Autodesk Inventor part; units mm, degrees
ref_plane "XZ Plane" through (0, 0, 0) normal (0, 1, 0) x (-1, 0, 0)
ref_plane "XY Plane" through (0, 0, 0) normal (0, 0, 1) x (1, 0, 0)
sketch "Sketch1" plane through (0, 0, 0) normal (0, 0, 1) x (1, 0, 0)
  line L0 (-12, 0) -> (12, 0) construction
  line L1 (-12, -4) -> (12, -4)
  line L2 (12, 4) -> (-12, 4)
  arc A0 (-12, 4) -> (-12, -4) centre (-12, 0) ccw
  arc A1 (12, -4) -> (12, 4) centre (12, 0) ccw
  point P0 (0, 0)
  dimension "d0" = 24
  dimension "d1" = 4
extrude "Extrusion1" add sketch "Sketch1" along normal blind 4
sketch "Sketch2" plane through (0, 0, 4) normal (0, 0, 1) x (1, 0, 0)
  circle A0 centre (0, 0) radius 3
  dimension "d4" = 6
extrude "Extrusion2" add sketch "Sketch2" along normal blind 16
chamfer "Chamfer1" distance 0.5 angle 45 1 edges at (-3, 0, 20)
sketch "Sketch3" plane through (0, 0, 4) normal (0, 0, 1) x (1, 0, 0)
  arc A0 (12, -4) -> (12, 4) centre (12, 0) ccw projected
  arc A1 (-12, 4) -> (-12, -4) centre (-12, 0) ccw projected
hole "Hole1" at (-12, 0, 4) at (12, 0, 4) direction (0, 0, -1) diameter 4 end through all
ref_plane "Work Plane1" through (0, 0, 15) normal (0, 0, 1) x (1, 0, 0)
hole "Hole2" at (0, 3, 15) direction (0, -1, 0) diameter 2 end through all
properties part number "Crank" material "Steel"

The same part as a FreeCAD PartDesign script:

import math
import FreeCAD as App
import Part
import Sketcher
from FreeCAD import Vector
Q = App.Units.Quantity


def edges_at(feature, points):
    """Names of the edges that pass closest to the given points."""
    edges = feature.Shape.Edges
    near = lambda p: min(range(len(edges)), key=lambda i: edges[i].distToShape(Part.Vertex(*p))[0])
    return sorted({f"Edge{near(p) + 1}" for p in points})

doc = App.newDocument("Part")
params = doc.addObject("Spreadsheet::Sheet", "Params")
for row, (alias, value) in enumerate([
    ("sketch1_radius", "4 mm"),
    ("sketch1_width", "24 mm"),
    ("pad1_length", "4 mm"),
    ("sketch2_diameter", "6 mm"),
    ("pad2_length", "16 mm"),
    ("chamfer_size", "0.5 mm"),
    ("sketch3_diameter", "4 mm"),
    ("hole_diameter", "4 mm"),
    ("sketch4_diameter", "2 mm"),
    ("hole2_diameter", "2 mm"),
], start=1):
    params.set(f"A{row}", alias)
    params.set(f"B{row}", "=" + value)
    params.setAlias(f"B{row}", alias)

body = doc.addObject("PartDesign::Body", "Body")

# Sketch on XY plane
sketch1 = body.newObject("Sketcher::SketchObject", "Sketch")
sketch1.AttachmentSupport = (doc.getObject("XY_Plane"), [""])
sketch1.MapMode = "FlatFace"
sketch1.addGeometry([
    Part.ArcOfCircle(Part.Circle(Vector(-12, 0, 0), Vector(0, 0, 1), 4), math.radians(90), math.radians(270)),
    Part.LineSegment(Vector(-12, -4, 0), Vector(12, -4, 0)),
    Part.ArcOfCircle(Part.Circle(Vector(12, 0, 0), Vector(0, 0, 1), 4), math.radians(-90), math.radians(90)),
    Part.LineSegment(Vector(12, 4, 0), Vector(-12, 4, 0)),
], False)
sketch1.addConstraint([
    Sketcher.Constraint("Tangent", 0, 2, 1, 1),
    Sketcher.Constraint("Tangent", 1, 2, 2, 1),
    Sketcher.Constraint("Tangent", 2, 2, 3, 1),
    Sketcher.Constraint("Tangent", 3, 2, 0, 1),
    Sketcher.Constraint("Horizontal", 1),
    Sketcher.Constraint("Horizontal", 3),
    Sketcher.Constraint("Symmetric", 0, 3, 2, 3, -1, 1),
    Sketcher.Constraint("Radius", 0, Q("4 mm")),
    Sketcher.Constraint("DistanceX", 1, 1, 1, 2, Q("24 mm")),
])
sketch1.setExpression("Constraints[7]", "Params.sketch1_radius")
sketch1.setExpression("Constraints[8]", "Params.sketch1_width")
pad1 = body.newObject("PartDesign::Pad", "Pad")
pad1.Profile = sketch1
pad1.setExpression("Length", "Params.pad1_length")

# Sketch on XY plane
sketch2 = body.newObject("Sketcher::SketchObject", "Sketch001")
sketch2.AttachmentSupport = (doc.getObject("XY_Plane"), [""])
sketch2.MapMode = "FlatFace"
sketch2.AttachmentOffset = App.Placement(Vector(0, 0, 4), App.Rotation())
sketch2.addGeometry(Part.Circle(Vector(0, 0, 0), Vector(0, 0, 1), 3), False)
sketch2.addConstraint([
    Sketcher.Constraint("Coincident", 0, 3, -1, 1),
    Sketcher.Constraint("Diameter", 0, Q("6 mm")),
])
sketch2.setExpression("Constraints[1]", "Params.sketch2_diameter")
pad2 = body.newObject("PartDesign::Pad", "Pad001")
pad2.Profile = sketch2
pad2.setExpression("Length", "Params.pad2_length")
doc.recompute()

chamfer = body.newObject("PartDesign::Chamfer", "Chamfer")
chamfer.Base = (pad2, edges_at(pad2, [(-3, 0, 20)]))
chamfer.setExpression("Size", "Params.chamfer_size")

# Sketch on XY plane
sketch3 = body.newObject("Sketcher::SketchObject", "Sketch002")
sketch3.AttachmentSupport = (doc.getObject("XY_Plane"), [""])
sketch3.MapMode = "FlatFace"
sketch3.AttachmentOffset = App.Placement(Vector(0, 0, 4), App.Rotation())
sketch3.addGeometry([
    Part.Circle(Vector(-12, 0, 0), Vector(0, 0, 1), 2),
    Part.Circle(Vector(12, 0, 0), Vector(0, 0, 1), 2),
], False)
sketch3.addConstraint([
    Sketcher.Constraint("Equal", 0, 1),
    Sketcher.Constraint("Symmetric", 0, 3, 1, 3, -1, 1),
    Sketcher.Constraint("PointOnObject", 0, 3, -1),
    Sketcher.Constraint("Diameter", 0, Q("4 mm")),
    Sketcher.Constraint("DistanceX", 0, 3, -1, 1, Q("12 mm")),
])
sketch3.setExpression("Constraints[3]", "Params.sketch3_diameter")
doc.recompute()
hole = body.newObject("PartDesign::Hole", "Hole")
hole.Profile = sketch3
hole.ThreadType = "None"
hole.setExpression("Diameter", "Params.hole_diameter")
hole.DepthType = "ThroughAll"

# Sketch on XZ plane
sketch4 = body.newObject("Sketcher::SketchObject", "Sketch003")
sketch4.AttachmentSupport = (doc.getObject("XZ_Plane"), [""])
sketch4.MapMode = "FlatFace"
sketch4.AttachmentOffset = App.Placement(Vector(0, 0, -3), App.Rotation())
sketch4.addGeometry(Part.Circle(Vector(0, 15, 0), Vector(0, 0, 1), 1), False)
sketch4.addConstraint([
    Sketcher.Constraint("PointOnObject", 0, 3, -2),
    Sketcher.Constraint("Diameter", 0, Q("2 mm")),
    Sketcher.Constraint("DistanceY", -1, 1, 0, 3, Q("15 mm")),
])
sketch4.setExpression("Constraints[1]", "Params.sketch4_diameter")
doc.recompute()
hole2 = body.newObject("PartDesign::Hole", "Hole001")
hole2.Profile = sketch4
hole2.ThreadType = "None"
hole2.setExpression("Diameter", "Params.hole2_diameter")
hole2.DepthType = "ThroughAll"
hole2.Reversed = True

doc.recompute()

····················

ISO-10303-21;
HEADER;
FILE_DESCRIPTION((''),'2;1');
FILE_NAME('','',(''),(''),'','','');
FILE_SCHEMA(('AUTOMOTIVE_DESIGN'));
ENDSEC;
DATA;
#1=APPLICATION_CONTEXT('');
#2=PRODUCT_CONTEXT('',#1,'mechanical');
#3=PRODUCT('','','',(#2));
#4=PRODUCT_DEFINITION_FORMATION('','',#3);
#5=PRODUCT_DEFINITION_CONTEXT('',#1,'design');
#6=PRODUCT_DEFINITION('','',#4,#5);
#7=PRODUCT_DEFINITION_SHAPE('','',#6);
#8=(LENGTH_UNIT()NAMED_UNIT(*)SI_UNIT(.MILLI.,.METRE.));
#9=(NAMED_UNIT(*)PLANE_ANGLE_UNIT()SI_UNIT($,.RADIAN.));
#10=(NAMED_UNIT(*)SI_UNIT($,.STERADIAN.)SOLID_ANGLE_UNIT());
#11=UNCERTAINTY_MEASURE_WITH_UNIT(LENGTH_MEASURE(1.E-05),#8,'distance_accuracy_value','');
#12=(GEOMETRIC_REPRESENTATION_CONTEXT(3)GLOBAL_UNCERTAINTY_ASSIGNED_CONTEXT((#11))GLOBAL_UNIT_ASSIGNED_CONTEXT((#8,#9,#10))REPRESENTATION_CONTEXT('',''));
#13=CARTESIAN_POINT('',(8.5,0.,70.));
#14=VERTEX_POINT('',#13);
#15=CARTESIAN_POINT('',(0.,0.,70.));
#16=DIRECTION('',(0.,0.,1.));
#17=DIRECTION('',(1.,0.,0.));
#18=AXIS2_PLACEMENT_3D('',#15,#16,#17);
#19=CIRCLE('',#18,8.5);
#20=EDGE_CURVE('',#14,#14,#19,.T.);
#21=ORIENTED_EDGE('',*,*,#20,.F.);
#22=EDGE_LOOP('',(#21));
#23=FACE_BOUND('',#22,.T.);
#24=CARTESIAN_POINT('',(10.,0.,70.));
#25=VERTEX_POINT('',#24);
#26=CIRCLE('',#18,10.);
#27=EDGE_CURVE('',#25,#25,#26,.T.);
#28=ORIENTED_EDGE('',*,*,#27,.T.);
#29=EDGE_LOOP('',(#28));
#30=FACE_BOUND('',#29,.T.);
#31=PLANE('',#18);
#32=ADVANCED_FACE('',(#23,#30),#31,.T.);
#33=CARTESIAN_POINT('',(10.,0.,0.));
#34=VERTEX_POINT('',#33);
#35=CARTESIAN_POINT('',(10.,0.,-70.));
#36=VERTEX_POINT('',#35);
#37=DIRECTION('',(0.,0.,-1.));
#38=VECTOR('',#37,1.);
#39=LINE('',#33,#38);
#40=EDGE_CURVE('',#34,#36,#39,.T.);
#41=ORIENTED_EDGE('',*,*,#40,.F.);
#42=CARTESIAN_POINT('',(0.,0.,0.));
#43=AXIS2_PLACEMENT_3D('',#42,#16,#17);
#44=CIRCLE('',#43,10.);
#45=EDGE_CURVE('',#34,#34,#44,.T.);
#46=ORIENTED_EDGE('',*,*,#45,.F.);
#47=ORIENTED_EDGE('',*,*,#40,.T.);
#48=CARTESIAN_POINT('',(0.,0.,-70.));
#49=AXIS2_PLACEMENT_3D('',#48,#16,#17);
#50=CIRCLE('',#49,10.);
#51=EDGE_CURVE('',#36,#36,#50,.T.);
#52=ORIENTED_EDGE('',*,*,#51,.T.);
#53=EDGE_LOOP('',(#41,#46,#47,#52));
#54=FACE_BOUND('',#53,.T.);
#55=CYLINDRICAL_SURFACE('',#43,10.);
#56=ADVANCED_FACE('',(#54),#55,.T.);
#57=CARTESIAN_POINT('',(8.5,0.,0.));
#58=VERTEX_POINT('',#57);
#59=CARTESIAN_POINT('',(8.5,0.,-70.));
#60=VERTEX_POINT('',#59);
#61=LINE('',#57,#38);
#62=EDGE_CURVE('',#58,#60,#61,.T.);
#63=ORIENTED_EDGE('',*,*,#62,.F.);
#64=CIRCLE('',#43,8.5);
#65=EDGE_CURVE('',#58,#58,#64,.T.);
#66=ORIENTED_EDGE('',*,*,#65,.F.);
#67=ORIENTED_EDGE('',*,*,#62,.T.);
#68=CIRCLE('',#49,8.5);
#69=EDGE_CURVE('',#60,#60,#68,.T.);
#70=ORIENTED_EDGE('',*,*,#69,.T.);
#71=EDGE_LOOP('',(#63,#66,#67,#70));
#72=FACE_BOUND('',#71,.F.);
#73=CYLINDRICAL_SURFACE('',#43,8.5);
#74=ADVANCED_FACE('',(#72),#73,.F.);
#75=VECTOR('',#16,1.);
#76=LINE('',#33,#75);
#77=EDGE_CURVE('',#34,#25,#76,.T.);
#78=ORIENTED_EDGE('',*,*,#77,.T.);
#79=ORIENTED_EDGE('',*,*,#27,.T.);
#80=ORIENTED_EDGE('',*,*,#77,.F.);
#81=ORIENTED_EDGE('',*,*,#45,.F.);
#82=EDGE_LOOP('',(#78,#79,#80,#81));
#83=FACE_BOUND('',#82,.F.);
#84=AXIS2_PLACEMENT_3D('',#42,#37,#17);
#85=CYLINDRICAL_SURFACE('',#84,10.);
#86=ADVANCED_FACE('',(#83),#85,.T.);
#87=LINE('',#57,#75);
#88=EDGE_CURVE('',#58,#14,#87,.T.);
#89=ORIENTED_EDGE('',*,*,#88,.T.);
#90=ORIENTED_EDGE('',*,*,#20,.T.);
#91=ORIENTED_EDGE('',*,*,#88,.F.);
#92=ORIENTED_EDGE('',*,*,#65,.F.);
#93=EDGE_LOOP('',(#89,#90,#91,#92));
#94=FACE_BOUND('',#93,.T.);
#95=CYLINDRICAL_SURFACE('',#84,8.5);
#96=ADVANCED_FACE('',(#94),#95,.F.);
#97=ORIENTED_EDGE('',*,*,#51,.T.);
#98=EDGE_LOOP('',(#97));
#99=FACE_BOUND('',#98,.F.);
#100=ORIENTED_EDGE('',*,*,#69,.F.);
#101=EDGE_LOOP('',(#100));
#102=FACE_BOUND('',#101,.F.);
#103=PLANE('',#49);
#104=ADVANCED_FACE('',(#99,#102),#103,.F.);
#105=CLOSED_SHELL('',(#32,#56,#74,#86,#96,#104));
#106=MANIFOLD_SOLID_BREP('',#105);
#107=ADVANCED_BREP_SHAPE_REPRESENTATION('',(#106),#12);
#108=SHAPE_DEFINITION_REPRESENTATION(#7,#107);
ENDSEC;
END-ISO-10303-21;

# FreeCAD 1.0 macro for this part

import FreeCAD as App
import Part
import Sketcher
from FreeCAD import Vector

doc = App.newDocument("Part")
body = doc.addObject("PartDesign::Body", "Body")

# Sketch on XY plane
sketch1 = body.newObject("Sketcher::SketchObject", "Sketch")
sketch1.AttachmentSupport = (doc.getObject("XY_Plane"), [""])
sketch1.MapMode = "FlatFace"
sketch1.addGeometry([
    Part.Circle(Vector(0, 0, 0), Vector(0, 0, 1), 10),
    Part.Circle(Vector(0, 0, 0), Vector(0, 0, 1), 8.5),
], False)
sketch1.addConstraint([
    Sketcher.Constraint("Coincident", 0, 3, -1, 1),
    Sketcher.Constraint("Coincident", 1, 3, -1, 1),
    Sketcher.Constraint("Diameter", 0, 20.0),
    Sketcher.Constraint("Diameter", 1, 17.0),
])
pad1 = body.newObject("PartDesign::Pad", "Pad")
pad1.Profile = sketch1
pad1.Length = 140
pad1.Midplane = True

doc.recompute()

····················

* Work request
Return every line of the listing above where "centre" appears.

* Output below
  arc A0 (-12, 4) -> (-12, -4) centre (-12, 0) ccw
  arc A1 (12, -4) -> (12, 4) centre (12, 0) ccw
  circle A0 centre (0, 0) radius 3
  arc A0 (12, -4) -> (12, 4) centre (12, 0) ccw projected
  arc A1 (-12, 4) -> (-12, -4) centre (-12, 0) ccw projected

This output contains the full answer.